Теперь он видит глаза бога, и в этих глазах…

Гнев.

Ужасная, всеобъемлющая ярость.

— Ничего из этого не случалось с тобой, — шипит Се Лянь. — Оно случилось со мной.

Это Се Ляня ненавидели, прокляли и изгнали. Это его родителей оставили побираться и умирать в нищете. Его друзья были вынуждены смотреть, как он страдает.

Его Хун-эр умер, чтобы защитить его.

— Ты говоришь так, будто сражался на войне… — бормочет Се Лянь, до побеления костяшек сжав рукоять Фансиня. — Но ты всю жизнь провёл, наслаждаясь миром.

Миром, ради которого Се Лянь пожертвовал всем.

— Я…

— Ты убийца.

Наследный Принц Сяньлэ встаёт в полный рост, нависает над человеком устрашающей тенью.

— Ты сидишь здесь, разглагольствуя о правах, данных тебе от рождения, но ты даже не прямой потомок.

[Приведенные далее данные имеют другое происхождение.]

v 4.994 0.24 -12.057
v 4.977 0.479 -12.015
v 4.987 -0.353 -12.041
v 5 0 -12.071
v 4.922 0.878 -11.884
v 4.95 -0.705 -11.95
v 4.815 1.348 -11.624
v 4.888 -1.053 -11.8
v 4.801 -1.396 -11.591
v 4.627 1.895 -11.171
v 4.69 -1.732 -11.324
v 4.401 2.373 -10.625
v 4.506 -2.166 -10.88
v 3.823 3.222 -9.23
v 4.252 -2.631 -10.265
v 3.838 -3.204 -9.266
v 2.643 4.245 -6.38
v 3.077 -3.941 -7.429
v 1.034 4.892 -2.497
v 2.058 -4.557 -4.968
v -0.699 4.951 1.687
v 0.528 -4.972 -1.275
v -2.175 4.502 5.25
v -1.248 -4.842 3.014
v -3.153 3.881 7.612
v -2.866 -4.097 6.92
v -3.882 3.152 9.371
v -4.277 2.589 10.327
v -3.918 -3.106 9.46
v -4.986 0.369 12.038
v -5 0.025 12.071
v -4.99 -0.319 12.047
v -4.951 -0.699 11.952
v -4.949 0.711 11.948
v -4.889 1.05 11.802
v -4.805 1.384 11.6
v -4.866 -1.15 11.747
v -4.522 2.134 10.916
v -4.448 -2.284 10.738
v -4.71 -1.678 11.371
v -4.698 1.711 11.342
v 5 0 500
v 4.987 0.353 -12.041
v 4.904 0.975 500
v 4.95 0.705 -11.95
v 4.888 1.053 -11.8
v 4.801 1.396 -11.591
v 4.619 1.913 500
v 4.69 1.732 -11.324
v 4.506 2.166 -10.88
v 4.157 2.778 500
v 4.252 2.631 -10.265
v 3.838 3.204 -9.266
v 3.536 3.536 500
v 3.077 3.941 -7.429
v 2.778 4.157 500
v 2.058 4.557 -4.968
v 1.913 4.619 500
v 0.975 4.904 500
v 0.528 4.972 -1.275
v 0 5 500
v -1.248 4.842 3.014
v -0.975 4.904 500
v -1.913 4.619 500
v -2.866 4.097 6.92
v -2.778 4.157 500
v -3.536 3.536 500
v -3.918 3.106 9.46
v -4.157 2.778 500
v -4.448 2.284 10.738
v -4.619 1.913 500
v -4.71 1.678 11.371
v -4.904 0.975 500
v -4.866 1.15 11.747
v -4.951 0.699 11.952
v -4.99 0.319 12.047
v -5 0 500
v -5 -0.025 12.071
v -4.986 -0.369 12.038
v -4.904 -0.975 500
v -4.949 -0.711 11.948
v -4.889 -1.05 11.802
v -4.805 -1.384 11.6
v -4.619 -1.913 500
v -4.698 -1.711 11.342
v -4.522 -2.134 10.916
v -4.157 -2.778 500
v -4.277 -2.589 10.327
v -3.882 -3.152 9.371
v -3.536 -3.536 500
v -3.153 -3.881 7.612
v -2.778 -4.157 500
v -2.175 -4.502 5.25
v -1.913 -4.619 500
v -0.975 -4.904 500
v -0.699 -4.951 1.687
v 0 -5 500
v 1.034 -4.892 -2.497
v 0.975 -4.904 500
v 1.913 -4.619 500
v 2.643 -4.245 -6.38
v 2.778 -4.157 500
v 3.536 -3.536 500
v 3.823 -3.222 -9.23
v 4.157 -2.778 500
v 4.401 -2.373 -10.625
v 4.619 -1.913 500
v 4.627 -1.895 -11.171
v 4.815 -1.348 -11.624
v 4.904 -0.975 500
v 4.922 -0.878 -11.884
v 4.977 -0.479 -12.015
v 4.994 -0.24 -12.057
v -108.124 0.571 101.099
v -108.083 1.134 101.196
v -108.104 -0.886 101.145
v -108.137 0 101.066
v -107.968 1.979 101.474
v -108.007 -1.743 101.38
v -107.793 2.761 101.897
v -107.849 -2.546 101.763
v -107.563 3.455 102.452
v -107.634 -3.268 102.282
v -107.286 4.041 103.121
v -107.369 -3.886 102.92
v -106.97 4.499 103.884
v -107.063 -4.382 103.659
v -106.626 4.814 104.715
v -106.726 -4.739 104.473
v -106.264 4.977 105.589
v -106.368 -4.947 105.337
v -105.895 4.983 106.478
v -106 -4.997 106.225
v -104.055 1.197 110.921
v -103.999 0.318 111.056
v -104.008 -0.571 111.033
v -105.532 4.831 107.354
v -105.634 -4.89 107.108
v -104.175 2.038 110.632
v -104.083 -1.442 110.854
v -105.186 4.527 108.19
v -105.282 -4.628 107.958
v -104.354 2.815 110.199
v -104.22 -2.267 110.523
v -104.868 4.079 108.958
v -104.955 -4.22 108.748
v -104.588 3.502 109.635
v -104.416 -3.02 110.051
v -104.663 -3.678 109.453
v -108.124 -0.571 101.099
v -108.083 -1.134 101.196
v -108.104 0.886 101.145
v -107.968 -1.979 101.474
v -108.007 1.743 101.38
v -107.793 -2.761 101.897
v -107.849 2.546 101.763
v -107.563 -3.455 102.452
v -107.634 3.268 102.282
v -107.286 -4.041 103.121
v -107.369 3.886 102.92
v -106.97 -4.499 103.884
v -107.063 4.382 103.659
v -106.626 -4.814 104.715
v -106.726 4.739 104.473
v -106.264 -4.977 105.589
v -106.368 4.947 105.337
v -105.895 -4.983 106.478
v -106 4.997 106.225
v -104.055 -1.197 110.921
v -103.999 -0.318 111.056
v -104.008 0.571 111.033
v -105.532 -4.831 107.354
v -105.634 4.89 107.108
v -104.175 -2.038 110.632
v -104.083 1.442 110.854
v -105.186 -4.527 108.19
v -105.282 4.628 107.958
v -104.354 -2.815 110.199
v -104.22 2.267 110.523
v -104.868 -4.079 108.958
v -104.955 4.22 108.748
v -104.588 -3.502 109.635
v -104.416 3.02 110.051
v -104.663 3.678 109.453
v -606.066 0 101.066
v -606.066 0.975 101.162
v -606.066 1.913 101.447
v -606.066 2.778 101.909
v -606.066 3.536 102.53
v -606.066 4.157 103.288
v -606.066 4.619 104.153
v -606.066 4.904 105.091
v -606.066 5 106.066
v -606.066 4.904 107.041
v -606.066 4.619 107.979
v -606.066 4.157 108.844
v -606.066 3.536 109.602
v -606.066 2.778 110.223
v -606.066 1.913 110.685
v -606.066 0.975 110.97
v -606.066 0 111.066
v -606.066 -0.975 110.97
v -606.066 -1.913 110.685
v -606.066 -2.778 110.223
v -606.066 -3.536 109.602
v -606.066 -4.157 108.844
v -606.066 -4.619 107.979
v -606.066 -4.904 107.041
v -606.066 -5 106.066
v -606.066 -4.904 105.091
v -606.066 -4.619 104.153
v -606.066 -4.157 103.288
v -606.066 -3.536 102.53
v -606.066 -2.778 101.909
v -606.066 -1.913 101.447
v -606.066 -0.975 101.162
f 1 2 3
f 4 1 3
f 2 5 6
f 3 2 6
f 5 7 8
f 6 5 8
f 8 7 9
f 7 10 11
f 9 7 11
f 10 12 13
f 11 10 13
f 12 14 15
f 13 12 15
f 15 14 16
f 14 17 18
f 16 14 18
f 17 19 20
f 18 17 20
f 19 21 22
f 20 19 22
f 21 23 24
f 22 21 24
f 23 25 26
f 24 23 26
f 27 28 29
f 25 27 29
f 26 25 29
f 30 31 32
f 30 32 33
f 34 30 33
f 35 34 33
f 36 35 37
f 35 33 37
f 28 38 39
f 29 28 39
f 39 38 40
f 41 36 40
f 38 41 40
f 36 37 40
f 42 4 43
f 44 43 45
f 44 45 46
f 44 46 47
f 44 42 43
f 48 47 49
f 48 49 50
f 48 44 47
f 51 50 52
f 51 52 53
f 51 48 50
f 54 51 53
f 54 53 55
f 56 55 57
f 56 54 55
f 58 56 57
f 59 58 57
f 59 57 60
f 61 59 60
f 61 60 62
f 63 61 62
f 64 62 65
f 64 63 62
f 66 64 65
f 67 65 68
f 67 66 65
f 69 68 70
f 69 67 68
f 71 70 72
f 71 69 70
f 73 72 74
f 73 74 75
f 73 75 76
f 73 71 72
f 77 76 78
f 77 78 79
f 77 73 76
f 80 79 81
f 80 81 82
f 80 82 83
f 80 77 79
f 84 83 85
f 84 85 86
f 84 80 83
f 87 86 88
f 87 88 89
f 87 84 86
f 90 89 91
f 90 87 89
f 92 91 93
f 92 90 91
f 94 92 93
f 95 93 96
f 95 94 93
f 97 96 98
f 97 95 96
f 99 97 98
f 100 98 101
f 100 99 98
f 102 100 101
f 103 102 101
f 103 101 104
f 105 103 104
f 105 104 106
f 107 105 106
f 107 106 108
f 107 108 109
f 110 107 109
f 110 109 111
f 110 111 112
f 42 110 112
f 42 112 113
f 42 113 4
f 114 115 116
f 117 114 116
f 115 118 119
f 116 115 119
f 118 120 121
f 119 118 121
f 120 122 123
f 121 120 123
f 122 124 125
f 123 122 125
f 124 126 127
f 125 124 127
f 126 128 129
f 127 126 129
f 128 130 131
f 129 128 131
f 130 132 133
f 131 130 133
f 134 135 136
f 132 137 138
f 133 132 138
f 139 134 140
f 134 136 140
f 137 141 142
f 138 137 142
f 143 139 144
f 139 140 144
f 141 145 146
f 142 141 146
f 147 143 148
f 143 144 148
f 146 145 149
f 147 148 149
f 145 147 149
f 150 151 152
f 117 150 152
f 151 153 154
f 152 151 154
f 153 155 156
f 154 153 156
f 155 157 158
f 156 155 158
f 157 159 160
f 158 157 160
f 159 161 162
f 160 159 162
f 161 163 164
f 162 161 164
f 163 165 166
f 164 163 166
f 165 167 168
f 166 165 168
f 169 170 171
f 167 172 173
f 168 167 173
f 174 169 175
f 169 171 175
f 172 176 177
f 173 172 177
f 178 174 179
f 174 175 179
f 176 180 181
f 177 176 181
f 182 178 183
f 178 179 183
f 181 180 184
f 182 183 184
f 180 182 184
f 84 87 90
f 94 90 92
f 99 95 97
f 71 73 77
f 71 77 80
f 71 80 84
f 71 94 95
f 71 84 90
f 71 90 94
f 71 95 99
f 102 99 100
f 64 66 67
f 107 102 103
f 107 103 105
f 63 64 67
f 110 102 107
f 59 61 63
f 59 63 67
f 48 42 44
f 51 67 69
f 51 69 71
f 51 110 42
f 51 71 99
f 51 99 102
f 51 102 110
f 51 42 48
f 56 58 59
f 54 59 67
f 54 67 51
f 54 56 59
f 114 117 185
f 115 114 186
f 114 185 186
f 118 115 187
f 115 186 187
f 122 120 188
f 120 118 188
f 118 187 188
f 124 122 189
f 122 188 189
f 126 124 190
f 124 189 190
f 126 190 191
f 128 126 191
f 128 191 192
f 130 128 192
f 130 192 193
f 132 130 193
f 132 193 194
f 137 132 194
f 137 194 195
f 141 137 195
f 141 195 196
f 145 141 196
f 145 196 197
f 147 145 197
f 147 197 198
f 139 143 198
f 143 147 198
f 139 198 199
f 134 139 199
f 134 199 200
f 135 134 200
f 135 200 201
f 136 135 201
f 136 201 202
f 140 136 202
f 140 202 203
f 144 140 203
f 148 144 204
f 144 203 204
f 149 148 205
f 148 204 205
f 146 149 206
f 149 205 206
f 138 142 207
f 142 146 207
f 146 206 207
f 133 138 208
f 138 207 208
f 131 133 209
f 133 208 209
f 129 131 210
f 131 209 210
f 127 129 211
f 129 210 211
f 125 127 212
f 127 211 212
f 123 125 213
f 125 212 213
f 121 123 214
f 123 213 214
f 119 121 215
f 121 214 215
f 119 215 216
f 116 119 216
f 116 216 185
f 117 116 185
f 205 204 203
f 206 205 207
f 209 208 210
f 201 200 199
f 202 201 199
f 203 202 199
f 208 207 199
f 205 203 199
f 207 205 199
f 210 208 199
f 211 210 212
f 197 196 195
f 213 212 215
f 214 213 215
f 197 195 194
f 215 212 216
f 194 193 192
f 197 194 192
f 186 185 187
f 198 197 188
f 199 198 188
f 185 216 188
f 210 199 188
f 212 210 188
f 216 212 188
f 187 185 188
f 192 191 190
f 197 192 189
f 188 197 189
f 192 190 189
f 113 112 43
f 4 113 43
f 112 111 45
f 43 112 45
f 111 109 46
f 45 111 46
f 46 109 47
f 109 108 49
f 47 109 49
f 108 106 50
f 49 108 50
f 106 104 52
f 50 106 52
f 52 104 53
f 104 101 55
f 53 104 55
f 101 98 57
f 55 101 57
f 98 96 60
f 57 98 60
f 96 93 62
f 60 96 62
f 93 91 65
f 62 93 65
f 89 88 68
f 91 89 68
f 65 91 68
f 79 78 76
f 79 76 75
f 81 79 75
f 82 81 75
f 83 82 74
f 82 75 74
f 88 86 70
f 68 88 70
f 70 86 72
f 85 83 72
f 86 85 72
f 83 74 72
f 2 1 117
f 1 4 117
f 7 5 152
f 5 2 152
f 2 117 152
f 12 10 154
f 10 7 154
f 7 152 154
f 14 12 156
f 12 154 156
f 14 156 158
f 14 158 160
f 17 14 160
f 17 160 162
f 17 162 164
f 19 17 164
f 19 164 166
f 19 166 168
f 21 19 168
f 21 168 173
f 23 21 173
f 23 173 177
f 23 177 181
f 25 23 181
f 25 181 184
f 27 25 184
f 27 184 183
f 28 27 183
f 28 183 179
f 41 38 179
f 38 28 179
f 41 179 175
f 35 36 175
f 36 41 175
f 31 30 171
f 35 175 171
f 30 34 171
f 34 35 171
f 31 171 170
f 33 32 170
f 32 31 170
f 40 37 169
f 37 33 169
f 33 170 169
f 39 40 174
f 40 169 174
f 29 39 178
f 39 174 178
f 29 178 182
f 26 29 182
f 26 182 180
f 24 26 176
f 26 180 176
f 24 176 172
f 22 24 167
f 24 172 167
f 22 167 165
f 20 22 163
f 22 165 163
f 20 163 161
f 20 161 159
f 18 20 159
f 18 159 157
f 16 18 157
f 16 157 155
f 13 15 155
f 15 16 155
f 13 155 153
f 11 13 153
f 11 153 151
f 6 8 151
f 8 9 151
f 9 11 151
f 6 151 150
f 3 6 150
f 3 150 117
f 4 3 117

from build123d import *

# Parameters (mm, degrees)
SKETCH1_ON_SEGMENT_1_R                 = 5
ROUND_RODS_ROUND_BAR_10_2_DEPTH        = 503.928932188
SKETCH1_ON_SEGMENT_2_R                 = 5
ROUND_RODS_ROUND_BAR_10_2_2_DEPTH      = 172
SKETCH1_R                              = 5
ROUND_RODS_ROUND_BAR_10_2_3_DEPTH      = 500
ROUND_RODS_ROUND_BAR_10_2_3_DEPTH_BACK = 18.071067812


with BuildPart() as part:
    # Sketch1 on segment 1 (carried to segment 1) → Round-rods ROUND BAR 10(2) (new body)
    with BuildSketch(Plane(origin=(-606.066017178, 0, 106.066017178), x_dir=(0, 0, -1), z_dir=(1, 0, 0))):
        Circle(SKETCH1_ON_SEGMENT_1_R)
    extrude(amount=ROUND_RODS_ROUND_BAR_10_2_DEPTH)

    # Round-rods ROUND BAR 10(2) mitre 1
    split(bisect_by=Plane(origin=(-106.066017178, 0, 106.066017178), x_dir=(0, -1, 0), z_dir=(-0.923879533, 0, 0.382683432)), keep=Keep.TOP)


with BuildPart() as body_2:
    # Sketch1 on segment 2 (carried to segment 2) → Round-rods ROUND BAR 10_2 2 (new body)
    with BuildSketch(Plane(origin=(-108.844191771, 0, 108.844191771), x_dir=(-0.707106781, 0, -0.707106781), z_dir=(0.707106781, 0, -0.707106781))):
        Circle(SKETCH1_ON_SEGMENT_2_R)
    extrude(amount=ROUND_RODS_ROUND_BAR_10_2_2_DEPTH)

    # Round-rods ROUND BAR 10_2 2 mitre 1
    split(bisect_by=Plane(origin=(0, 0, 0), x_dir=(0, -1, 0), z_dir=(-0.923879533, 0, -0.382683432)), keep=Keep.TOP)

    # Round-rods ROUND BAR 10_2 2 mitre 2
    split(bisect_by=Plane(origin=(-106.066017178, 0, 106.066017178), x_dir=(0, 1, 0), z_dir=(0.923879533, 0, -0.382683432)), keep=Keep.TOP)


with BuildPart() as body_3:
    # Sketch1 → Round-rods ROUND BAR 10_2 3 (new, two sides)
    with BuildSketch(Plane.XY) as round_rods_round_bar_10_2_3_sk:
        Circle(SKETCH1_R)
    extrude(amount=ROUND_RODS_ROUND_BAR_10_2_3_DEPTH)
    extrude(round_rods_round_bar_10_2_3_sk.sketch, amount=-ROUND_RODS_ROUND_BAR_10_2_3_DEPTH_BACK)

    # Round-rods ROUND BAR 10_2 3 mitre 1
    split(bisect_by=Plane(origin=(0, 0, 0), x_dir=(0, 1, 0), z_dir=(0.923879533, 0, 0.382683432)), keep=Keep.TOP)


solid = Compound([part.part, body_2.part, body_3.part])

Ты лишь очень дальний родственник, объявившийся века спустя.

— Я..!

— У меня никогда не было детей, — объясняет Се Лянь. Зная свои наклонности, он и не планировал становиться родителем. Когда-то эти мысли вызывали в нём печаль. — И никогда не будет. Королевская Династия прервётся на мне.

— Правящий Дом Се…

— Моя семья, — глаза Се Ляня вспыхивают. — Не твоя.

Этот человек не говорит на их языке. Скорее всего не знает их ритуалов, обычаев и песен. Он не застал тех времён, Юнъань — всё, что он знает. Что он оплакивает? Какое право он имеет вести себя так, будто что-то у него украли? Это просто оправдания для убийства.

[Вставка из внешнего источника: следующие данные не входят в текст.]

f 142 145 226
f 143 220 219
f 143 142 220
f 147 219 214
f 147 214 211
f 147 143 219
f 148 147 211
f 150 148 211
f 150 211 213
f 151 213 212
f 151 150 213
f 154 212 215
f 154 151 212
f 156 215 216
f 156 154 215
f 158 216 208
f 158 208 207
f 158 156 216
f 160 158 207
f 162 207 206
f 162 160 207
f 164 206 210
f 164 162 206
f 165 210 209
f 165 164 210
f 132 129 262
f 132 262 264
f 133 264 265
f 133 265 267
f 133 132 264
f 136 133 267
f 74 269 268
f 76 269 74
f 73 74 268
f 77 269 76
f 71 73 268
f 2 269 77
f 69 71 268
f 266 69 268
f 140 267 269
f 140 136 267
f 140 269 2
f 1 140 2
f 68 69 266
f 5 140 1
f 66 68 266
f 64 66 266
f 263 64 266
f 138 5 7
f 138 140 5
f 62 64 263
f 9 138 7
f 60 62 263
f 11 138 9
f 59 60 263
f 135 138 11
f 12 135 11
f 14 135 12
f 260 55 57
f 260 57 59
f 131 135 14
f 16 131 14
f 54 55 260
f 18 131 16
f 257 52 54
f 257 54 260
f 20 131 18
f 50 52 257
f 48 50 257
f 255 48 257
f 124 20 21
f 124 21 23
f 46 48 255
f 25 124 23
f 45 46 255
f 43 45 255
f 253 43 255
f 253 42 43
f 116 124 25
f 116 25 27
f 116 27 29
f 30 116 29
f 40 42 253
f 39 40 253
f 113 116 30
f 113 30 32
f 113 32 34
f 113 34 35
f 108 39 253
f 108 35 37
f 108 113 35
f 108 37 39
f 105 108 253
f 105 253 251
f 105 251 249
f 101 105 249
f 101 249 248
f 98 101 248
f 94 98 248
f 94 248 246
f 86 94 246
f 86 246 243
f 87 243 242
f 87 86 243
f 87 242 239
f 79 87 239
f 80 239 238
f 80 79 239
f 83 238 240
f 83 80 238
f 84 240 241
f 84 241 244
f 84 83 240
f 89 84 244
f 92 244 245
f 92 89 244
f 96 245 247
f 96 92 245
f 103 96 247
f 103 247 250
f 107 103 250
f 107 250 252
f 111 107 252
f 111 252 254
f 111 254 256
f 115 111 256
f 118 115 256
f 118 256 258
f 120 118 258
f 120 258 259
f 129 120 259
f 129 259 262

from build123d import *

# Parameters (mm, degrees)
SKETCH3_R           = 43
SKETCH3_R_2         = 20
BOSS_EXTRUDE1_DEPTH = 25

— Там были дети, — бормочет Се Лянь, и его глаза сияют всё ярче. — Этой ночью умерли дети.

— Я не…

Он замолкает, почувствовав между рёбер укол меча. Гнев во взгляде золотых глаз пылает подобно солнцу.

— Ты этого не получишь, — рычит бог. — Я не позволю тебе губить детей, прикрываясь тем, что случилось со мной!

Аньлэ считает, что имеет на это всё какое-то право. Что это его наследие. Его история.

Но это жизнь Се Ляня, боль Се Ляня, всё Се Ляня.

— Но мы же… — Аньлэ вскидывает на него потерянный взгляд. — Мы же семья!

Нет.

Семьи выбирают. Се Лянь давно этому научился.

Он изгнал из рода отвратительного двоюродного брата. Он принял в самые глубины своего сердца мальчика, не имевшего ничего.

— Если моя семья станет такой, то я лучше останусь последним в роду.

Фансинь гудит в его руках.

Это редкая техника, Се Лянь не думал, что когда-нибудь воспользуется ею, но…

Аньлэ гнусный человек, но, если всплывёт правда о нём, наказание понесут оставшиеся в Юнъани потомки жителей Сяньлэ. А ещё… это сделает больно Лан Цяньцю.

Под конец Аньлэ очень сблизился с мальчиком. Если принц узнает правду о нём, правду о своём отце… Это подорвёт его веру в людей, веру в себя.

Когда они найдут Аньлэ, то обнаружат, что он скончался от болезни. На нём не будет ран от меча, и правда о его грехах потеряется во времени.

Может, он этого не заслуживает, но… это не про него.

Это про попытку защитить кого-то другого. Единственного невиновного среди участников этих печальных событий. И всё же…

Наставнику Фан Синю осталось ещё одно дело.